Heathen Eden – An Irishman’s Diary about living next door to the Forbidden Fruit festival

Carl Hyde of Underworld at the Forbidden Fruit Festival in Kilmainham in Dublin. Niall Carson/PA
Carl Hyde of Underworld at the Forbidden Fruit Festival in Kilmainham in Dublin. Niall Carson/PA

It’s not quite like living in a northern Catholic enclave on the Twelfth of July. But being a resident of Kilmainham during the first weekend of June does also encourage a siege mentality. The reason is the Forbidden Fruit festival, which we host. And although that’s a very different kind of event, it does have other similarities with the North’s marching season.

As happens up there, for example, many of the young visitors to our community during Forbidden Fruit also wear orange. In their case it tends to be fake tan, rather than sashes. Another difference is that it’s not the brethren who wear it, generally. It’s the sistren – who prepare for the festival by painting all their non-clothed parts – which is most of their parts, usually – tangerine.

Living at the interface – the main entrance to the venue – we also get a close-up of other aspects of the visitors’ culture. And an important part of their preparatory rituals, I have noticed, is the consumption beforehand of large amounts of (non-orange) drink.

Pre-loaded

Some they buy in local shops, including the Superquinn (as we still call it) down the road.
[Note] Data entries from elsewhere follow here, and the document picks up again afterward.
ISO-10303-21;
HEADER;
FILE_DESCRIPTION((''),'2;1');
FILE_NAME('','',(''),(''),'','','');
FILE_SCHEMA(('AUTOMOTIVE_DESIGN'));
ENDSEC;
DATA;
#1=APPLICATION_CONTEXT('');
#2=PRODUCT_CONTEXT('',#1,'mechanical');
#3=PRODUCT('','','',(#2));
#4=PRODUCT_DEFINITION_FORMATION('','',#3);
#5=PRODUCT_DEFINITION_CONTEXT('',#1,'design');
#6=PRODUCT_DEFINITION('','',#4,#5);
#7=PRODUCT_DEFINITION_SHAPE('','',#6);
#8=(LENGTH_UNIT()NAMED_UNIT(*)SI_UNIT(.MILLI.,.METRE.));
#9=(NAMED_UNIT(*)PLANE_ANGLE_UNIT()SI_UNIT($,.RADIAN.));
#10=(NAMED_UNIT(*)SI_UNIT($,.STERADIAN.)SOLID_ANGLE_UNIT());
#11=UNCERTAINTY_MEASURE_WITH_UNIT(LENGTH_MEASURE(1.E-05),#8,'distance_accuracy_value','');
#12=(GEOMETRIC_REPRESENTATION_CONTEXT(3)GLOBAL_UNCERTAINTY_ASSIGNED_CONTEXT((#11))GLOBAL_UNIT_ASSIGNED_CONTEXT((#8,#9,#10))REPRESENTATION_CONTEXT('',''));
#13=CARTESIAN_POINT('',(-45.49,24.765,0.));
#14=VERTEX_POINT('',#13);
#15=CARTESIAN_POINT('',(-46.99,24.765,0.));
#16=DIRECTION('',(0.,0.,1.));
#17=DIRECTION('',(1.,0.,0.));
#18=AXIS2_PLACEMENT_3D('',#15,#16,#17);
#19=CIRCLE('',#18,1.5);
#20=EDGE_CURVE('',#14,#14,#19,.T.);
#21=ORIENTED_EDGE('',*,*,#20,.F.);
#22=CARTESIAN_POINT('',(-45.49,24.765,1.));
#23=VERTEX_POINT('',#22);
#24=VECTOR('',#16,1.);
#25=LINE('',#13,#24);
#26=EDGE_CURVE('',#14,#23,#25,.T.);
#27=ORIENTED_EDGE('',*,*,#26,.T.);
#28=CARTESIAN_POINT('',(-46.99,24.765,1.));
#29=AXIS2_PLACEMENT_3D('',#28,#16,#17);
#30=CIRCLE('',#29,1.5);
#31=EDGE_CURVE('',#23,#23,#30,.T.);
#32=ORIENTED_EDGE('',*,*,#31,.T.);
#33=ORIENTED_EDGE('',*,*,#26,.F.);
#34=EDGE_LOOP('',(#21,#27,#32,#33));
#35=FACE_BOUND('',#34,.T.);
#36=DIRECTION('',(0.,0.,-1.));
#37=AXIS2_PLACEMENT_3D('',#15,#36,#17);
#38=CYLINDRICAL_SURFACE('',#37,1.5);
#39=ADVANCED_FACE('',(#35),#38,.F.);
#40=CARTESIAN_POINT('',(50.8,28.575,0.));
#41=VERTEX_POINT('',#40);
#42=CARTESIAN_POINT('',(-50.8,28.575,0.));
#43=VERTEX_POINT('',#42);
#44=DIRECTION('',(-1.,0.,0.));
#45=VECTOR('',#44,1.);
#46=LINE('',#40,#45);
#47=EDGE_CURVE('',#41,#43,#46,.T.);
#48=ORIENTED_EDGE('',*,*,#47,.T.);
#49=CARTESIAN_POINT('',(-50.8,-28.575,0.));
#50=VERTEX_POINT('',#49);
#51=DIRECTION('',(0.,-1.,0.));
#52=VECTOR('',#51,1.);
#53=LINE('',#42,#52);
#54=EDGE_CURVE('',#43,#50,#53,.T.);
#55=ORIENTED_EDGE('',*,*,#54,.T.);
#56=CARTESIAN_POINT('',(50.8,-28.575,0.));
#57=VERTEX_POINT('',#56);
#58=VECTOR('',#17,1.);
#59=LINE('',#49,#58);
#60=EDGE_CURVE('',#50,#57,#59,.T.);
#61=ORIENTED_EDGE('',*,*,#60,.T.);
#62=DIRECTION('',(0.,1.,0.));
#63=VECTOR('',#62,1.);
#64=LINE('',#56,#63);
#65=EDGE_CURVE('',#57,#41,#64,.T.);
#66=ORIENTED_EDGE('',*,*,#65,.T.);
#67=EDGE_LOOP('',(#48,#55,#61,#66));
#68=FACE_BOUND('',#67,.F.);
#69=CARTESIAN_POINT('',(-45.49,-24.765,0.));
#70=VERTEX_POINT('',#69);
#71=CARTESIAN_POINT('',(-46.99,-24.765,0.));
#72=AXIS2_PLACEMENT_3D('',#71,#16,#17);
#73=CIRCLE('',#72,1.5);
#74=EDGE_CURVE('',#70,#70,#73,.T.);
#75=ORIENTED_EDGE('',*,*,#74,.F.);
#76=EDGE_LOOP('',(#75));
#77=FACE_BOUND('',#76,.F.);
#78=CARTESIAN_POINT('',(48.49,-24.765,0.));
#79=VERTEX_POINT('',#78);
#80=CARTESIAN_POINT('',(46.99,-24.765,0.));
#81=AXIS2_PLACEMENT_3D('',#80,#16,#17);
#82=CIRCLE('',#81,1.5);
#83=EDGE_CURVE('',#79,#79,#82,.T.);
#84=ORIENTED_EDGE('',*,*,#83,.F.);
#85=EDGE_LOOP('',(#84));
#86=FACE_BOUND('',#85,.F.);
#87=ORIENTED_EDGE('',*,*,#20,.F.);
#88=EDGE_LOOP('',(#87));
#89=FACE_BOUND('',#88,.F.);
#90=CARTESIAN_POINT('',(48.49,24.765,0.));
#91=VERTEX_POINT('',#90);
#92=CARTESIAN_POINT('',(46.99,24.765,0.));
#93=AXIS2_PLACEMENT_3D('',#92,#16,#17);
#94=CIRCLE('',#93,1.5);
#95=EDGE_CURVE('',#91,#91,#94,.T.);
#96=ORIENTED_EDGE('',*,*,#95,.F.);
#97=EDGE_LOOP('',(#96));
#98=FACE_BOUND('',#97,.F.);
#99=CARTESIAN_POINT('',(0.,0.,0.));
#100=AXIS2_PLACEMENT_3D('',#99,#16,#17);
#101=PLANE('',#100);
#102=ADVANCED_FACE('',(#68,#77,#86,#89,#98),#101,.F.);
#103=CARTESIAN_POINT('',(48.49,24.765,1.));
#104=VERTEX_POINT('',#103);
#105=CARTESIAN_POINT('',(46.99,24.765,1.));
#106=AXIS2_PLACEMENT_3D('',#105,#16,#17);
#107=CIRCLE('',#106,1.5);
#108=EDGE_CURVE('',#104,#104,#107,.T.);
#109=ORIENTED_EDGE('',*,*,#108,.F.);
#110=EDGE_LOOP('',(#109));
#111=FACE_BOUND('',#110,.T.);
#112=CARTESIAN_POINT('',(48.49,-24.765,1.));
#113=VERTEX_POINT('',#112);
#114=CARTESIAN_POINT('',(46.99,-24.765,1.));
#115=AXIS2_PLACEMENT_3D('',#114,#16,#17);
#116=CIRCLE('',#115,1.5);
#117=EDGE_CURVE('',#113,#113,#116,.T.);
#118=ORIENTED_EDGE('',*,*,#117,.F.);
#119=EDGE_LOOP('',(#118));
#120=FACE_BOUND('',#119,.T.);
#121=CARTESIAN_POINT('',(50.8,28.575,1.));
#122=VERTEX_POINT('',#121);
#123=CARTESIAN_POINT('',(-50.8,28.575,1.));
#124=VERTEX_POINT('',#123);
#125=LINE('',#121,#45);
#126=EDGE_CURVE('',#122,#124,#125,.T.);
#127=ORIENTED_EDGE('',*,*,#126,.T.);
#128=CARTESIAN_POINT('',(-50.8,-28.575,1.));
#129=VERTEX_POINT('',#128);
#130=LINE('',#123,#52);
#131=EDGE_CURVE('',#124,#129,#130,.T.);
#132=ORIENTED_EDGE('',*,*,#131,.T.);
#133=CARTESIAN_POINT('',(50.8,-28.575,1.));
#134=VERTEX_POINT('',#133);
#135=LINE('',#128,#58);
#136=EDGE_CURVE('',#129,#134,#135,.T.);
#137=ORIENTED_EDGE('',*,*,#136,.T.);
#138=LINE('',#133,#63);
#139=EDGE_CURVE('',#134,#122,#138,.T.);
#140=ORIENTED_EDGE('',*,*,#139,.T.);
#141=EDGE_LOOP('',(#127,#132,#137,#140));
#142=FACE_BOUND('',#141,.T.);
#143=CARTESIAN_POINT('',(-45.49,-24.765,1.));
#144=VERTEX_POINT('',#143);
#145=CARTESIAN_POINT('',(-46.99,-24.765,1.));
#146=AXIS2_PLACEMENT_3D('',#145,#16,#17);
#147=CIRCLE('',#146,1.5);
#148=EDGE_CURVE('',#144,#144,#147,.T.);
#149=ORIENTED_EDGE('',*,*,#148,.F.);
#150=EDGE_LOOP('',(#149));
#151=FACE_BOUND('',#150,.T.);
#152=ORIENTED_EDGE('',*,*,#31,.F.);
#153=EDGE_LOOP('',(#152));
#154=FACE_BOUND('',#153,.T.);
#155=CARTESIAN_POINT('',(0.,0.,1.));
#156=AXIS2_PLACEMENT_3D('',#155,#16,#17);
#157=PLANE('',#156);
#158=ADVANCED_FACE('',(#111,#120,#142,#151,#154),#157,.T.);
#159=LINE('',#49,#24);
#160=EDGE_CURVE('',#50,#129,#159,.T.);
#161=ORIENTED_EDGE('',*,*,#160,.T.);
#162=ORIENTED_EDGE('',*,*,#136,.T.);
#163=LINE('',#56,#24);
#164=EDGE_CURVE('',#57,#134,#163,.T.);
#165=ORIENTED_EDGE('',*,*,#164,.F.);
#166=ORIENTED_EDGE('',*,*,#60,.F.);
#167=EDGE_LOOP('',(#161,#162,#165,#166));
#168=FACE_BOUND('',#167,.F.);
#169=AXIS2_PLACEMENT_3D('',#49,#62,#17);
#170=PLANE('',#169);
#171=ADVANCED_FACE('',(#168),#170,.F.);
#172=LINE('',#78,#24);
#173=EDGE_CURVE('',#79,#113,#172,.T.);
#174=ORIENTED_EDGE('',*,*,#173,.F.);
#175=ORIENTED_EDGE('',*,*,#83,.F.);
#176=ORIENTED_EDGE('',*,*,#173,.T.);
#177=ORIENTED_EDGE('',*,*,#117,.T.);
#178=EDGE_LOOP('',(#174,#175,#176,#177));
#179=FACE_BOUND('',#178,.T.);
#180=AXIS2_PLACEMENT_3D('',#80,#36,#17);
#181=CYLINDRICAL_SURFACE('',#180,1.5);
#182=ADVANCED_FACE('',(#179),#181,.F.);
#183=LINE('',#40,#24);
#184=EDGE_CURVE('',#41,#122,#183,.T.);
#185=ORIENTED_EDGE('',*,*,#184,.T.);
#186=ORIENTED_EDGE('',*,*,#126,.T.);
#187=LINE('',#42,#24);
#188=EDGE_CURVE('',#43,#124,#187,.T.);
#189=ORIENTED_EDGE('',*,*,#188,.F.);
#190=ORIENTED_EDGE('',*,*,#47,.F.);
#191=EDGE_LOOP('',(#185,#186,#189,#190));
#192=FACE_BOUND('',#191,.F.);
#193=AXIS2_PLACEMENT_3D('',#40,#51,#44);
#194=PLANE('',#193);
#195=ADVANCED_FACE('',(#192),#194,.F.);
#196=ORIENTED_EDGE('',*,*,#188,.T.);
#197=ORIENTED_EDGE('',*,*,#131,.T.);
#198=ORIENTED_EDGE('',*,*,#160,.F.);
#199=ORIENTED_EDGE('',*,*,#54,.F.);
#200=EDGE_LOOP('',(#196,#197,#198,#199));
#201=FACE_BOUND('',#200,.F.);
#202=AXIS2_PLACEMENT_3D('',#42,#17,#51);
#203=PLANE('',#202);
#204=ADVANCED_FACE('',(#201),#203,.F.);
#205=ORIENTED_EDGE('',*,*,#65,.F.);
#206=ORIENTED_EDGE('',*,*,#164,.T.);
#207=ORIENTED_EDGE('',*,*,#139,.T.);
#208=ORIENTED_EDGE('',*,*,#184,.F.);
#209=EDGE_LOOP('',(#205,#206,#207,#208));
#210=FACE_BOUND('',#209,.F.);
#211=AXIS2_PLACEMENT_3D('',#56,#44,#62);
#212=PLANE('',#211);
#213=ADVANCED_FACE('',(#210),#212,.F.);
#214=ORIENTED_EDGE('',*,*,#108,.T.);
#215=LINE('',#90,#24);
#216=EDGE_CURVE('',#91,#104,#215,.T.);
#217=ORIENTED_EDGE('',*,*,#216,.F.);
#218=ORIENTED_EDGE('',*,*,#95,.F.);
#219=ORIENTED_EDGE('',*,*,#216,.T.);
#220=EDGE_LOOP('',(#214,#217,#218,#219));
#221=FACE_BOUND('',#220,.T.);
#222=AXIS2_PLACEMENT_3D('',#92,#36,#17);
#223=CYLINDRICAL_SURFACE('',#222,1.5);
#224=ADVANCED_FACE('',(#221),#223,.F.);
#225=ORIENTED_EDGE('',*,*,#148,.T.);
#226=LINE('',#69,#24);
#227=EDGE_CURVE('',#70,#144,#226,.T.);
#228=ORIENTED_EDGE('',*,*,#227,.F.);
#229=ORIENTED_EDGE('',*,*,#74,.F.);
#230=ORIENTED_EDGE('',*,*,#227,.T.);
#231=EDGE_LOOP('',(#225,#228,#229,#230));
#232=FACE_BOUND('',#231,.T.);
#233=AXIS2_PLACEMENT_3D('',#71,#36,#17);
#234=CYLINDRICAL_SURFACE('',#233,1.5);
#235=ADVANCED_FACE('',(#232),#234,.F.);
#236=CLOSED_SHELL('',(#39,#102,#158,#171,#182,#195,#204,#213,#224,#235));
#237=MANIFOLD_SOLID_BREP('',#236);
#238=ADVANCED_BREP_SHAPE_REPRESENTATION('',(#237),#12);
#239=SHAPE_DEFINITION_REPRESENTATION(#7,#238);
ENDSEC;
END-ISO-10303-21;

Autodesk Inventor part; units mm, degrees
ref_plane "YZ Plane" through (0, 0, 0) normal (1, 0, 0) x (0, 1, 0)
ref_plane "XZ Plane" through (0, 0, 0) normal (0, 1, 0) x (-1, 0, 0)
ref_plane "XY Plane" through (0, 0, 0) normal (0, 0, 1) x (1, 0, 0)
sketch "Sketch1" plane through (0, 0, 0) normal (0, 0, 1) x (1, 0, 0)
  line L0 (-50.8, -28.575) -> (50.8, -28.575)
  line L1 (50.8, -28.575) -> (50.8, 28.575)
  line L2 (50.8, 28.575) -> (-50.8, 28.575)
  line L3 (-50.8, 28.575) -> (-50.8, -28.575)
  line L4 (-50.8, -28.575) -> (50.8, 28.575) construction
  line L5 (50.8, -28.575) -> (-50.8, 28.575) construction
  circle A0 centre (-46.99, 24.765) radius 1.5
  line L6 (-50.8, 0) -> (50.8, 0) construction
  line L7 (0, 28.575) -> (0, -28.575) construction
  circle A1 centre (-46.99, -24.765) radius 1.5
  circle A2 centre (46.99, 24.765) radius 1.5
  circle A3 centre (46.99, -24.765) radius 1.5
  point P0 (0, 0)
  dimension "d2" = 101.6
  dimension "d4" = 57.15
  dimension "d5" = 49.53
  dimension "d6" = 3
  dimension "d7" = 93.98
extrude "Extrusion1" add sketch "Sketch1" along normal blind 1
properties part number "Microzed01" material "PCB(1)"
Then they walk the Superquinn’s Highway, or sit on it, pre-loading themselves with all the alcohol they cannot be confident of smuggling past security. Only then do they march to the “field”.

READ MORE

We watch all this from behind the safety barriers the organisers put in place at the entrance to our cul-de-sac. The barriers are sometimes supplemented by gardaí. But in fairness, this is where comparisons with Drumcree, circa 1997, break down.

The festival is, in general, good-humoured, and the worst depredations we suffer are the occasional adventurer who thinks our back gardens might provide free entry (they don’t), or who need semi-private places to wee.

Another minor inconvenience is that, every time one of the residents tries to enter the road during the weekend, he or she risks being mistaken for a festival-goer. Mind you, I find now that, being several decades older than the average participant, this is less a problem than it used to be. When it happens these days, I’m always flattered.

Invitation

Actually, this year, for the first time, everyone in our enclave was given free tickets for the opening night. Some had no interest, but I for one was fully determined to go. Except that, on the same evening, I also had an invitation to an event in the National Concert Hall, intriguing in its own right.

It was a screening of Terence Malick's 2011 film The Tree of Life, which won the big prize at Cannes but somehow passed me by at the time. And the reason it was in the NCH now was that its opulent soundtrack was being performed live, by the RTÉ National Symphony Orchestra and choir.

Spectacles

So not wanting to miss either of these spectacles entirely, I formed a cunning plan wherein I would go first to the concert hall, but slip out at the interval and then catch the last hour of the show at Kilmainham.

It would have made for a dramatic contrast. The film’s soundtrack involves Mahler, Mussorgsky, and Holst, whereas Friday’s bill-topper at Kilmainham was Dizzee Rascal.

Unfortunately, my plan had a weakness, which finally dawned on me about 90 minutes into the NCH show. There would be no interval.

Yes I could still have left, apologising to the seven or eight people seated on either side as I skulked out, But this would have made me look like one of those shallow people who found The Tree of Life too arty and slow-moving. A slave to culture, I stayed where I was.

It was certainly a challenging film. Starting in 1950s America, it portrays a family in crisis and then sets a world record for cinematic flashback – several billion years – by tracing the evolution of life from its origins to modern humanity, before posing some deep philosophical questions, including one, which frames the film, from the Bible’s Book of Job.

Drama

As for another question that increasingly bothered me – when the movie would end, if ever? – the answer was 10.20pm. At which point I raced back to Kilmainham, where another biblical drama unfolded.

Sure enough, the concert was just ending, in line with the curfew imposed for the benefit of the besieged residents coalition. So I didn’t get to taste the Forbidden Fruit myself. But thousands of others had and were now streaming past me, out the gates, like mankind after the fall.